Let’s leave the definition at that for now as twitter have managed to secure registration of their trademark (which does not imply that it is enforceable). The point is that this is the weakest type of trademark already and some (including myself) would argue that it a) should never have been allowed and b) will be impossible to enforce. To make matters worse, Twitter itself has gained an entry in the dictionary as both a noun (“a website where people can post short messages about their current activities“) and a verb (“to write short messages on the Twitter website“) as well as the AP Sytlebook for good measure. This could constitute “academic credability” or “trademark kryptonite” depending how you look at it.


This brings us to the more pertinent point, trademark enforcement, which can essentially be summed up as “use it or lose it”. As at today I have not been able to find any reference whatsoever, anywhere on twitter.com, to any trademark rights claimed by Twitter, Inc. Sure they assert copyright (“© 2009 Twitter”) but that’s something different altogether – I have never seen this before and to be honest I can’t believe my eyes. I expect they will fix this promptly in the wake of this post by sprinking disclaimers and [registered®] trademark (TM) and servicemark (SM) symbols everywhere, but the Internet Archive never lies so once again it’s likely too little too late. If you don’t tell someone it’s a trademark then how are they supposed to avoid infringing it?

Terms of Service

The single reference to trademarks (but not “twitter” specifically) I found was in the terms of service (which are commendably concise):

We reserve the right to reclaim usernames on behalf of businesses or individuals that hold legal claim or trademark on those usernames.

That of course didn’t stop them suspending @retweet shortly after filing for the ill-fated “tweet” trademark themselves, but that’s another matter altogether. The important point is that they don’t claim trademark rights and so far as I can tell, never have.
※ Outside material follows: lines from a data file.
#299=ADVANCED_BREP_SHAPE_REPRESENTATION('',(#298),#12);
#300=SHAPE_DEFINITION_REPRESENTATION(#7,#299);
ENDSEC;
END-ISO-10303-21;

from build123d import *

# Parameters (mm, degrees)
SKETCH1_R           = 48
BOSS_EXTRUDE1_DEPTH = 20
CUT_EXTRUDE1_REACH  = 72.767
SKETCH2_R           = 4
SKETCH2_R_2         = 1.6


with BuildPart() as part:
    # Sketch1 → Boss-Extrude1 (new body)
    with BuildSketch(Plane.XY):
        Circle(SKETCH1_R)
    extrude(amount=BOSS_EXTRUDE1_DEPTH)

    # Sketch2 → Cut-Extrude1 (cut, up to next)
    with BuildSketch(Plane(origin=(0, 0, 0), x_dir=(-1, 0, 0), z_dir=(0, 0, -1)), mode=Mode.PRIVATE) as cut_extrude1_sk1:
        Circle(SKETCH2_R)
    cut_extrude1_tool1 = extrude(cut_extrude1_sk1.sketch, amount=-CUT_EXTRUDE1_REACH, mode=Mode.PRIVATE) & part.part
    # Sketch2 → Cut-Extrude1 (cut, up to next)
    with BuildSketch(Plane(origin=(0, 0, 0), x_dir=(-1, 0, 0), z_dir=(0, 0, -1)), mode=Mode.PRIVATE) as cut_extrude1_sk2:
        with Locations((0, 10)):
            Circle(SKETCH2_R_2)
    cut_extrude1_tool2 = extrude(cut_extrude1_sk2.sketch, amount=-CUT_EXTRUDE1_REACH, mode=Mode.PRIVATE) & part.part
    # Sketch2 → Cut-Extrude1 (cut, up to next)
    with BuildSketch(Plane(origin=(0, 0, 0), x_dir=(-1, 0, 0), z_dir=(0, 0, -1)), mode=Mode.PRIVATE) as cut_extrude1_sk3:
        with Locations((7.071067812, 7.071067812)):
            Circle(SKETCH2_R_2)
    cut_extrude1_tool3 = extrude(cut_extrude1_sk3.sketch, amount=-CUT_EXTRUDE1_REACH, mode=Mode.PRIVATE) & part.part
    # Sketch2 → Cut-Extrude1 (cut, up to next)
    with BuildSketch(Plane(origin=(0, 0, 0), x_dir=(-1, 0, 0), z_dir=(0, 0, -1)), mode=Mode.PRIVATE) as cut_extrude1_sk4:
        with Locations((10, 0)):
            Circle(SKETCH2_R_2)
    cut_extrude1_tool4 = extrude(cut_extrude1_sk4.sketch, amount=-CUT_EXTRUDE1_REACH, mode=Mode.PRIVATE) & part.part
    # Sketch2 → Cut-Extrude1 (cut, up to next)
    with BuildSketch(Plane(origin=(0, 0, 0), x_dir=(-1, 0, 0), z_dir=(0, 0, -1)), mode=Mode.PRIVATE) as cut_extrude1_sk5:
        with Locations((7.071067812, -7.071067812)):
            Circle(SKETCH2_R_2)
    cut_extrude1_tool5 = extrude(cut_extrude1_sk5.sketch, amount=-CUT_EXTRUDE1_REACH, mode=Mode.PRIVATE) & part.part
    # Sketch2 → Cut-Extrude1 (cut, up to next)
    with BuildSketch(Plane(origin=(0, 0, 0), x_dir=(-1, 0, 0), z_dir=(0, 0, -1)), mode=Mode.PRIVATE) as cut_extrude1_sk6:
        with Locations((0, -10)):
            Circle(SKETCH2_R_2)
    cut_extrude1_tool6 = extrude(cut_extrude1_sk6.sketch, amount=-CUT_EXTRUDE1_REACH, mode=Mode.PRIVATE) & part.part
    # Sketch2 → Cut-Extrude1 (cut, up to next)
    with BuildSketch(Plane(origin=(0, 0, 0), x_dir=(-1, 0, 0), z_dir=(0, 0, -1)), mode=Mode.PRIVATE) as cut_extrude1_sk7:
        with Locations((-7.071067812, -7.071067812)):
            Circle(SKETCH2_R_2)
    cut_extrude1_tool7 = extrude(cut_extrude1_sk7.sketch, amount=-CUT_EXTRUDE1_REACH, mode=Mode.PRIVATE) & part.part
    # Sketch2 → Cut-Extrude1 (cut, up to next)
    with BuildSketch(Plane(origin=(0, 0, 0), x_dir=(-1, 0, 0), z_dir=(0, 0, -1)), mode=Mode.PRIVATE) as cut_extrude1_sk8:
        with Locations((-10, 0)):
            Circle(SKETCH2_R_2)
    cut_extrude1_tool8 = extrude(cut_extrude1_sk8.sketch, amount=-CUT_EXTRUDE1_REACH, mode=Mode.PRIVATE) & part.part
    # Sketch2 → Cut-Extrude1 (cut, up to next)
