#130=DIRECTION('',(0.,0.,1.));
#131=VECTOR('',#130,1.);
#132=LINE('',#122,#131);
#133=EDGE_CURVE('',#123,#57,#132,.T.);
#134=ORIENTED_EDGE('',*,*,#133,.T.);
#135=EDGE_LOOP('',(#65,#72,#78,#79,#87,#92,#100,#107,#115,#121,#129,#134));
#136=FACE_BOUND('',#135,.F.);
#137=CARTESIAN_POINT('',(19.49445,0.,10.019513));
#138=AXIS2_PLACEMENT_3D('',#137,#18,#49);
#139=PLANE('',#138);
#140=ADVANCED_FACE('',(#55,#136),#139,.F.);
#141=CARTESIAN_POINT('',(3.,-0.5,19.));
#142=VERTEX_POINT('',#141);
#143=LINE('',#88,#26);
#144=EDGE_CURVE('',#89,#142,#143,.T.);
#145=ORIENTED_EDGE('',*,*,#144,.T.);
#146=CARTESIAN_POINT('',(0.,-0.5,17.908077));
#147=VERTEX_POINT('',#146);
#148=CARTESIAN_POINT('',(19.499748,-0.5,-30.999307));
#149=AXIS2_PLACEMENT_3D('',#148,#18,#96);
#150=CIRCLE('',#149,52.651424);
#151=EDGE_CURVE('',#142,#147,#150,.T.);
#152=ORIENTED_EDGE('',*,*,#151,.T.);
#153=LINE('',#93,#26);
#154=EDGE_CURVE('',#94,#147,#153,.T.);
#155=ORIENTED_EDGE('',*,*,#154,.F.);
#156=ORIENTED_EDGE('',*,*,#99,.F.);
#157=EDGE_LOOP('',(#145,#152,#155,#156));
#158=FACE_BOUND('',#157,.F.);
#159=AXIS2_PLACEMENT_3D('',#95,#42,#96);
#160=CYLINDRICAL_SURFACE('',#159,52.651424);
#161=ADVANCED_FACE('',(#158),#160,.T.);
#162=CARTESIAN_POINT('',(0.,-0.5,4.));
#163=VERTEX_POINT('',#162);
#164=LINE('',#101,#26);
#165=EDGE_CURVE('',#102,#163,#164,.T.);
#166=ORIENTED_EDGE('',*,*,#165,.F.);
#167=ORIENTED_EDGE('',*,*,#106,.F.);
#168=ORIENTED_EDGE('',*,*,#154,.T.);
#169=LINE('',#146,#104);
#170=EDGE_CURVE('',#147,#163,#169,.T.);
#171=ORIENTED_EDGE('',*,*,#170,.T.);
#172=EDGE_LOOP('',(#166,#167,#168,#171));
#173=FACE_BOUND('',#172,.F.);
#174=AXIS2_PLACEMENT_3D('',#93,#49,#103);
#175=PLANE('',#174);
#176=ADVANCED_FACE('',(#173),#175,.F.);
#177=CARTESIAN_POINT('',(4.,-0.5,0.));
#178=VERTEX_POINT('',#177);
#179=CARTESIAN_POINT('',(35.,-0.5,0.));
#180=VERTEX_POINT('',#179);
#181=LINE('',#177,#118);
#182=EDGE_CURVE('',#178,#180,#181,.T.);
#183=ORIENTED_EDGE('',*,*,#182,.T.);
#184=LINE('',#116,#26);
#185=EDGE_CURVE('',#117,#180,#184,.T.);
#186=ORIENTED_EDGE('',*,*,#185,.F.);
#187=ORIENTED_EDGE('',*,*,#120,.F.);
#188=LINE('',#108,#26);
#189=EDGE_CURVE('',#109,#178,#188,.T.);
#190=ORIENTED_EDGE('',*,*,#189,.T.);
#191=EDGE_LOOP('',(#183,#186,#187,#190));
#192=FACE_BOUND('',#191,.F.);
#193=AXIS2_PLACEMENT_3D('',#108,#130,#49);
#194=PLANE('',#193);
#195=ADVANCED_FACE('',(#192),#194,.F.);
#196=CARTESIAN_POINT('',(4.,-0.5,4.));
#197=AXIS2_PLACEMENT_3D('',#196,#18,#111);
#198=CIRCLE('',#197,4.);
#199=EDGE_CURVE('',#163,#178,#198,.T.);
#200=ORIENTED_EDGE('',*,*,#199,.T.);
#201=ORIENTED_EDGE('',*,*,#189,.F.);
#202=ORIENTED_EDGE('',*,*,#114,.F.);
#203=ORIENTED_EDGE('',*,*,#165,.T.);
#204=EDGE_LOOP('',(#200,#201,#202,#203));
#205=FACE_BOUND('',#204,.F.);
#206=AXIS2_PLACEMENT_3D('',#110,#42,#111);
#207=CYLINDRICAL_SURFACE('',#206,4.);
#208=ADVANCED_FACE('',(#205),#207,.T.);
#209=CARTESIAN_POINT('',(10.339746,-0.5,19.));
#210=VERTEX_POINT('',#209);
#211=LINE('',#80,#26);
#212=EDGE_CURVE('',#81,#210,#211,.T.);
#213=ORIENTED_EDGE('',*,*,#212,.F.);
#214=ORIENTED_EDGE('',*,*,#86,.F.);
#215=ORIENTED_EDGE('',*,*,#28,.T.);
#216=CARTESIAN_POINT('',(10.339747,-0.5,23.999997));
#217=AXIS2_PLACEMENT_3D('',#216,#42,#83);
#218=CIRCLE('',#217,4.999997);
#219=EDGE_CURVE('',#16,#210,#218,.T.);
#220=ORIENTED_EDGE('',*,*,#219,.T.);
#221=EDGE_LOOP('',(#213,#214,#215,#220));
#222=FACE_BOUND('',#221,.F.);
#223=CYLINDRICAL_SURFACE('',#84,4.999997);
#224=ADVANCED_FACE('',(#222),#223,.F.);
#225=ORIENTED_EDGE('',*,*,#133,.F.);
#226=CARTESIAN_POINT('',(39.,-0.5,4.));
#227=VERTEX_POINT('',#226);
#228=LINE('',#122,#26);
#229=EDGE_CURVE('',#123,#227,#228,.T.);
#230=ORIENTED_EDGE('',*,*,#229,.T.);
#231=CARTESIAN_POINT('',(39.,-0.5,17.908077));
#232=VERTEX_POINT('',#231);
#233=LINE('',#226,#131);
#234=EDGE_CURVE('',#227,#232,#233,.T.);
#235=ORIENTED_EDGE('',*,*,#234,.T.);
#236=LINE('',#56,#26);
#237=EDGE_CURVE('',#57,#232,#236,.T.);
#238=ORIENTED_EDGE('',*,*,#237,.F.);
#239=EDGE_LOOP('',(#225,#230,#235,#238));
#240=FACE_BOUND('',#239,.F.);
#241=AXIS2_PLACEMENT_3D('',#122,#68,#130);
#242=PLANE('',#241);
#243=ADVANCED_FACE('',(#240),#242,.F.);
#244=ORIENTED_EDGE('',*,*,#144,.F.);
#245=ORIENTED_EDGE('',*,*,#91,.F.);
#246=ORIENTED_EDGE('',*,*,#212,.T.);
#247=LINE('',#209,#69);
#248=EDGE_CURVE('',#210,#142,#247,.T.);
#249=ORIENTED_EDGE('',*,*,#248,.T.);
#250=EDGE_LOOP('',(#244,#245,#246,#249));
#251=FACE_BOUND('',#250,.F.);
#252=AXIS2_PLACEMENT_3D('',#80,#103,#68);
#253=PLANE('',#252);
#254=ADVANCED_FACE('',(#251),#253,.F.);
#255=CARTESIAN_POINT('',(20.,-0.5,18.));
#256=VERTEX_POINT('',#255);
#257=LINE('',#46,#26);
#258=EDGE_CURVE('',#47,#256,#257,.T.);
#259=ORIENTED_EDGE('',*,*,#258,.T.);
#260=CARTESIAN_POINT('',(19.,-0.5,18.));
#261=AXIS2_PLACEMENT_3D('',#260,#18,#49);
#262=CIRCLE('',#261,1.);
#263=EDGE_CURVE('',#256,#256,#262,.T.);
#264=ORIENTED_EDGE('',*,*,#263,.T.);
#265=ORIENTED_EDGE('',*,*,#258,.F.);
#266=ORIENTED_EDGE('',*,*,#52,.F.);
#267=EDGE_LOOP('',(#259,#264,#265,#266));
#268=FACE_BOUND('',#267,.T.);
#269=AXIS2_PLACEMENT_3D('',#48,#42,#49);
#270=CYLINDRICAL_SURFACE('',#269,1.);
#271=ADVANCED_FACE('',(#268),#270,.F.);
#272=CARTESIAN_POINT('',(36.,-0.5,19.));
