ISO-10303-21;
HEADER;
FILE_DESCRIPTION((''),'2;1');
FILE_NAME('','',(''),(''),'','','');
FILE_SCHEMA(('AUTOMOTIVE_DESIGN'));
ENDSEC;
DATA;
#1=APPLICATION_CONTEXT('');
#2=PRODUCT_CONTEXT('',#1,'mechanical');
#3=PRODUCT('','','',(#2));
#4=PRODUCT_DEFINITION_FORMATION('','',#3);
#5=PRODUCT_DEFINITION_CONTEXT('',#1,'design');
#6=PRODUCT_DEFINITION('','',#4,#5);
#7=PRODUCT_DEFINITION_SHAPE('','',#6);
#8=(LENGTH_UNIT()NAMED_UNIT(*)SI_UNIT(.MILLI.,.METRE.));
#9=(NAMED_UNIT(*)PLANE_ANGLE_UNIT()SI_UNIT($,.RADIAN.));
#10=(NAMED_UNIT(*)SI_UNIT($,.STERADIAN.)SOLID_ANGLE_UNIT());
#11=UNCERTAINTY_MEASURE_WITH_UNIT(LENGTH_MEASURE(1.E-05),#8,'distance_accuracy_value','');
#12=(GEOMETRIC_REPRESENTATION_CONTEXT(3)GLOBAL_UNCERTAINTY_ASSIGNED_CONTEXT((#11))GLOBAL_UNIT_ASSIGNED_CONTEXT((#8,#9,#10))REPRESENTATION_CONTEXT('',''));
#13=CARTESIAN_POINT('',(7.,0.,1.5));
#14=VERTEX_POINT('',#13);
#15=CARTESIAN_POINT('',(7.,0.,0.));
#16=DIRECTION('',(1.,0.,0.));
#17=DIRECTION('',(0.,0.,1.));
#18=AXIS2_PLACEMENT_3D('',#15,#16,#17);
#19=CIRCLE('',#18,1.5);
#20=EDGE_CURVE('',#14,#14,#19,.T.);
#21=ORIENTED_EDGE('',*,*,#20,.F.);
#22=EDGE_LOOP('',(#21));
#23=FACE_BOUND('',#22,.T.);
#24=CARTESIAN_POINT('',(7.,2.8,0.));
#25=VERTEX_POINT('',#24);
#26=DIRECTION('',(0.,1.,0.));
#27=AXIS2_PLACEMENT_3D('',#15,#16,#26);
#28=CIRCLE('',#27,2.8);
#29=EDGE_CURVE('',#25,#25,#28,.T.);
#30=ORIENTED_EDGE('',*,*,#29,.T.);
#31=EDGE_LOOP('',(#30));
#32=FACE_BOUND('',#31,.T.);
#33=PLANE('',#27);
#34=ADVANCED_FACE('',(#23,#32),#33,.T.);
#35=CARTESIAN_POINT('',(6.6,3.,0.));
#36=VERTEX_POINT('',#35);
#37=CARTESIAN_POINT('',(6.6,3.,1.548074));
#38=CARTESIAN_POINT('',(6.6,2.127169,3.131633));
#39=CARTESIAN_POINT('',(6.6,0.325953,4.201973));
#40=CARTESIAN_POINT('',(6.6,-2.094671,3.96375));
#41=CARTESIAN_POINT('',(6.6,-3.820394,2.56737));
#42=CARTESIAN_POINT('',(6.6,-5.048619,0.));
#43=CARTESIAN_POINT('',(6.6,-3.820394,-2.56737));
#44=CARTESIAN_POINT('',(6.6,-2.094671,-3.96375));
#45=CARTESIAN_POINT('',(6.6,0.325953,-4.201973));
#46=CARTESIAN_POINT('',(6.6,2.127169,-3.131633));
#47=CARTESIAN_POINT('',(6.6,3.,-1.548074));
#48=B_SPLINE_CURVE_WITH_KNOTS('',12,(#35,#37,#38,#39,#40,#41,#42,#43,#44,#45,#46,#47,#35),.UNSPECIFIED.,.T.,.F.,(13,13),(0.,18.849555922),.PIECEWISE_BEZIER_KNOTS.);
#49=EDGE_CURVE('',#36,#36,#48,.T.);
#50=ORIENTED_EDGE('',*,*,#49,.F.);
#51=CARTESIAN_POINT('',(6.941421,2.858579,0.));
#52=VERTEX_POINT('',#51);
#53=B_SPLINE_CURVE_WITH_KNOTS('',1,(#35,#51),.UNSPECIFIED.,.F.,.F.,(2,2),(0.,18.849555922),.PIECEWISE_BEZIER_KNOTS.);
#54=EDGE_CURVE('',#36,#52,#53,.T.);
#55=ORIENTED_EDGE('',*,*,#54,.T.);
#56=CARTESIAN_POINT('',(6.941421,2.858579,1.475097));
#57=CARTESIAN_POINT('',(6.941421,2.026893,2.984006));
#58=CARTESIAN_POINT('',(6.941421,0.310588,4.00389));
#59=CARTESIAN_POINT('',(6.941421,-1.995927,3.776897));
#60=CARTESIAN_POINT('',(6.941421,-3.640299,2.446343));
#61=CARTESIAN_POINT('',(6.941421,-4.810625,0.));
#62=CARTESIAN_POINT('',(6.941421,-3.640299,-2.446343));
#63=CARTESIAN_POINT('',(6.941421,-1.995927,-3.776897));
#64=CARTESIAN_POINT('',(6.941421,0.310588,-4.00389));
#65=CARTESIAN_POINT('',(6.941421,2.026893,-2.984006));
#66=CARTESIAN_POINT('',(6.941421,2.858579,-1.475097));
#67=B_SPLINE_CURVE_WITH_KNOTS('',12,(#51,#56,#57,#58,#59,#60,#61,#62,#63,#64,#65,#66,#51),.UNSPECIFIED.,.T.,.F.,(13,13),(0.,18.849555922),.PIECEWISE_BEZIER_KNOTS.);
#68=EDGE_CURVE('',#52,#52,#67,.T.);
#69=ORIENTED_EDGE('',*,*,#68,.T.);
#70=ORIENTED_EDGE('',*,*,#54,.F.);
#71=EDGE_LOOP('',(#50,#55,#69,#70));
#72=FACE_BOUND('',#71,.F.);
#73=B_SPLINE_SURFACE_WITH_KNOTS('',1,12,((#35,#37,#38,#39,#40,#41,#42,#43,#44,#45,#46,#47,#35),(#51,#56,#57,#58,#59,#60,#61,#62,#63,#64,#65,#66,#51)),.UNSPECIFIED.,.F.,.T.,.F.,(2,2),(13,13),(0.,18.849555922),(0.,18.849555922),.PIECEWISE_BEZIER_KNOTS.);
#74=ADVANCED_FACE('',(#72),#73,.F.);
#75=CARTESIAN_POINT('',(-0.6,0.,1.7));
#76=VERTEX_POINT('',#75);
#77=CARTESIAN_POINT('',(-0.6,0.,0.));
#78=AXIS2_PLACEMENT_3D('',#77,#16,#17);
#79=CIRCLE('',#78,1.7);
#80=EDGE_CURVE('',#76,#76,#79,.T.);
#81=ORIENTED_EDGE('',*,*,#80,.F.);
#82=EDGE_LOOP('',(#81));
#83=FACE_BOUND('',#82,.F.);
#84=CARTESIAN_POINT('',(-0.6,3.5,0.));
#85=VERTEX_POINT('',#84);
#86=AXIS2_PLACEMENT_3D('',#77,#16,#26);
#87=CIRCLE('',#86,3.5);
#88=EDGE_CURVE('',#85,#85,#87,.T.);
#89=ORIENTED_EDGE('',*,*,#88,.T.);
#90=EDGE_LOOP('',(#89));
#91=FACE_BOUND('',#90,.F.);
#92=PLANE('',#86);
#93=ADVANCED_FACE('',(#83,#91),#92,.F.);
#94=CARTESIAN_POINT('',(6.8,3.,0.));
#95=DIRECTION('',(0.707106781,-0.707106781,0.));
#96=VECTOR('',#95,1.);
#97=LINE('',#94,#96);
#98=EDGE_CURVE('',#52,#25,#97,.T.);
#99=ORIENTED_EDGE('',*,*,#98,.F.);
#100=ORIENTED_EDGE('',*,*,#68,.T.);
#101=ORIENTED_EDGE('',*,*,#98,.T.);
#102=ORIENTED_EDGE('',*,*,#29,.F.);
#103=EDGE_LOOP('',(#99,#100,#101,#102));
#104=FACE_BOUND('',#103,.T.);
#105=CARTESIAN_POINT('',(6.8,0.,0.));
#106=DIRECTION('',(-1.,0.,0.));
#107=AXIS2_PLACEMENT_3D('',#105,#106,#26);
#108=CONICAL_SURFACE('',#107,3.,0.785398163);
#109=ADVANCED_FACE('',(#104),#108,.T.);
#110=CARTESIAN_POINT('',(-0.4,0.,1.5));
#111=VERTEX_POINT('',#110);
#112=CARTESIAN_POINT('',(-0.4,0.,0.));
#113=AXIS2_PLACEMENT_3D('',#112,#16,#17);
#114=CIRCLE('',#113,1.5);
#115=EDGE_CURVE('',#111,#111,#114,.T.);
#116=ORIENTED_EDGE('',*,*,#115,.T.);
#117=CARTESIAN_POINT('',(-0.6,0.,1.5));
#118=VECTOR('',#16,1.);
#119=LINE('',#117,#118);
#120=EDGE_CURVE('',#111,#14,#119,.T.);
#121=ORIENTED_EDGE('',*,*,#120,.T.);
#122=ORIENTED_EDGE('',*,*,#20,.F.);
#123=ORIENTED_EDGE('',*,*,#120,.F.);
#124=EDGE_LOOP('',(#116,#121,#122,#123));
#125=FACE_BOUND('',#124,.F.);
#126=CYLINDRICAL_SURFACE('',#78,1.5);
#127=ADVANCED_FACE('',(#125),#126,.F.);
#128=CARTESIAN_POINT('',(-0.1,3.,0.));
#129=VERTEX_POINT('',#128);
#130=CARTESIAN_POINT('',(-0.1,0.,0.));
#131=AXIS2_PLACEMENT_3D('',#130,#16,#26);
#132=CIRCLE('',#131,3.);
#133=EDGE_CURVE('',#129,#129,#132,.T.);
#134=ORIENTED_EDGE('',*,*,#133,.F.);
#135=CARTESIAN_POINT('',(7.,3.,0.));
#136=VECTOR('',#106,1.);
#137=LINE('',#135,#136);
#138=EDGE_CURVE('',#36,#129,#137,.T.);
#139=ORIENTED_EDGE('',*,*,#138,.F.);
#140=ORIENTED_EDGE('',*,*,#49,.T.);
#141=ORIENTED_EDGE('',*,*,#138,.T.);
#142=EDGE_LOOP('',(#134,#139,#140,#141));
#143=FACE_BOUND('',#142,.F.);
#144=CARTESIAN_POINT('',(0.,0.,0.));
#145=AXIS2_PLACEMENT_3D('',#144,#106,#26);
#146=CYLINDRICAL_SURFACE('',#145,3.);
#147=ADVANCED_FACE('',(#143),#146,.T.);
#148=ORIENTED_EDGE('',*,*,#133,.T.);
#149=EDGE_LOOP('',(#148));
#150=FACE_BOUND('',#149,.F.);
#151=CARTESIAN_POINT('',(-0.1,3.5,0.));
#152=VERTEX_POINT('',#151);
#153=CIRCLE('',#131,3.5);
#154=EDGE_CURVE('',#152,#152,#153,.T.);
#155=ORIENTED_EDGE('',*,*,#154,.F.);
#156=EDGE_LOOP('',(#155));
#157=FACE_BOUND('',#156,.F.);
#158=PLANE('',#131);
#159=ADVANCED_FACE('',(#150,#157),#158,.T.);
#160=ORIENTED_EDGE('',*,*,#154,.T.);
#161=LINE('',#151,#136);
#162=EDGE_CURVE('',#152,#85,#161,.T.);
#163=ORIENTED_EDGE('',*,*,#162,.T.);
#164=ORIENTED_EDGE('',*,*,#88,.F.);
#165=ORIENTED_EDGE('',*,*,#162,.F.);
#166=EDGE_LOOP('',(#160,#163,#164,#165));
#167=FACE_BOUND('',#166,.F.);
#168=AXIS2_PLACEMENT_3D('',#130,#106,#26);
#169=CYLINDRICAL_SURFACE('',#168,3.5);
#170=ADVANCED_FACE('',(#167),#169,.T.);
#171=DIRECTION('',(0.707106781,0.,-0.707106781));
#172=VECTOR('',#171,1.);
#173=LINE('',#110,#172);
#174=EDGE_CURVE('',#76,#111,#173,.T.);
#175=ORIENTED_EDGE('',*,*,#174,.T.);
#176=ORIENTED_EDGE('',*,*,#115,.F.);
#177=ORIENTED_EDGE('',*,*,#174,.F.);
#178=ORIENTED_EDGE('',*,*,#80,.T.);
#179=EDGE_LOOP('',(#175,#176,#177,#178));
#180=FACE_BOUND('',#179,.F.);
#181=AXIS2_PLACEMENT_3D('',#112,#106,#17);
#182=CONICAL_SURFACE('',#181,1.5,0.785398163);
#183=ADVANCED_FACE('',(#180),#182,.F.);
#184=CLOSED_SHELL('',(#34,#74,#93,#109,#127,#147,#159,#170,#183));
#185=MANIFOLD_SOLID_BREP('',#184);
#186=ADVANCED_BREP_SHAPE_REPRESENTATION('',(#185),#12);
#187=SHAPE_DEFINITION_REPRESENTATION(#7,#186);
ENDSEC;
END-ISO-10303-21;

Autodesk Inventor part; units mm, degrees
ref_plane "YZ Plane" through (0, 0, 0) normal (1, 0, 0) x (0, 1, 0)
ref_plane "XZ Plane" through (0, 0, 0) normal (0, 1, 0) x (-1, 0, 0)
ref_plane "XY Plane" through (0, 0, 0) normal (0, 0, 1) x (1, 0, 0)
sketch "Skizze1" plane through (0, 0, 0) normal (0, 0, 1) x (1, 0, 0)
  line L0 (7, -3) -> (0, -3)
  line L1 (7, 3) -> (7, -3) projected
  line L2 (7, 3) -> (0, 3)
  line L3 (7, 1.8) -> (13, 1.8)
  line L4 (7, -1.8) -> (13, -1.8)
  line L5 (0, 3) -> (0, -3) projected
  line L6 (7, 0) -> (7, 3)
  line L7 (0, 3) -> (-0.1, 3)
  line L8 (-0.1, 3) -> (-0.1, 3.5)
  line L9 (-0.1, 3.5) -> (-0.6, 3.5)
  line L10 (-0.6, 3.5) -> (-0.6, 0)
  line L11 (-0.6, 0) -> (7, 0)
  point P0 (0, 0)
  point P1 (0, 0)
  dimension "d0" = 0.1
  dimension "d1" = 0.5
  dimension "d2" = 0.5
  dimension "d24" = 7.6
  dimension "d25" = 3.5
  dimension "d26" = 3
revolve "Umdrehung1" add sketch "Skizze1" angle 360 about axis through (-0.6, 0, 0) along (1, 0, 0) contours L11 L10 L9 L8 L7 L5 | L5 L2 L1 L11
sketch "Skizze3" plane through (-0.6, 0, 0) normal (-1, 0, 0) x (0, 0, 1)
  point P0 (0, 0)
chamfer "Fase1" distance 0.2 angle 45 1 edges at (7, -3, 0)
chamfer "Fase2" distance 0.2 angle 45 1 edges at (6.8, -3, 0)
hole "Bohrung2" at (-0.6, 0, 0) direction (1, 0, 0) diameter 3 end through all
chamfer "Fase3" distance 0.2 angle 45 1 edges at (-0.6, 0, -1.5)
properties part number "Hülse1"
To rub salt in the (gaping) wound they (wait for it, are you sitting down?) offer their high resolution logos for anyone to use with no mention whatsoever as to how they should and shouldn’t be used (“Download our logos“) – a huge no-no for trademarks which must be associated with some form of quality control. Again there is no trademark claim, no ™ or ® symbols, and for the convenience of invited infringers, no less than three different high quality source formats (PNG, Adobe Illustrator and Adobe Photoshop):


Then there’s the advertising, oh the advertising. Apparently Twitter HQ didn’t get the memo about exercising extreme caution when using your trademark; lest be the trademark holder who refers to her product or service as a noun or a verb but Twitter does both, even in 3rd-party advertisements (good luck trying to get an AdWords ad containing the word “Google”):

Internal Misuse

Somebody from Adobe or Google please explain to Twitter why it’s important to educate users that they don’t “google” or “photoshop”, rather “search using Google®” and “edit using Photoshop®”. Here’s some more gems from the help section:

  • Now that you’re twittering, find new friends or follow people you already know to get their twitter updates too.
  • Wondering who sends tweets from your area?
  • @username + message directs a twitter at another person, and causes your twitter to save in their “replies” tab.
  • FAV username marks a person’s last twitter as a favorite.
  • People write short updates, often called “tweets” of 140 characters or fewer.
  • Tweets with @username elsewhere in the tweet are also collected in your sidebar tab; tweets starting with @username are replies, and tweets with @username elsewhere are considered mentions.
  • Can I edit a tweet once I post it?
  • What does RT, or retweet, mean? RT is short for retweet, and indicates a re-posting of someone else’s tweet. This isn’t an official Twitter command or feature, but people add RT somewhere in a tweet to indicate that part of their tweet includes something they’re re-posting from another person’s tweet, sometimes with a comment of their own. Check out this great article on re-tweeting, written by a fellow Twitter user, @ruhanirabin. <- FAIL x 7


According to this domain search there are currently 6,263 domains using the word “twitter”, almost all in connection with microblogging. To put that number in perspective, if Twitter wanted to take action against these registrants given current UDRP rates for a single panelist we’re talking $9,394,500 in filing fees alone (or around 1.5 billion nigerian naira if that’s not illustrative enough for you). That’s not including the cost of preparing the filings, representation, etc. that their lawyers (Fenwick & West LLP) would likely charge them.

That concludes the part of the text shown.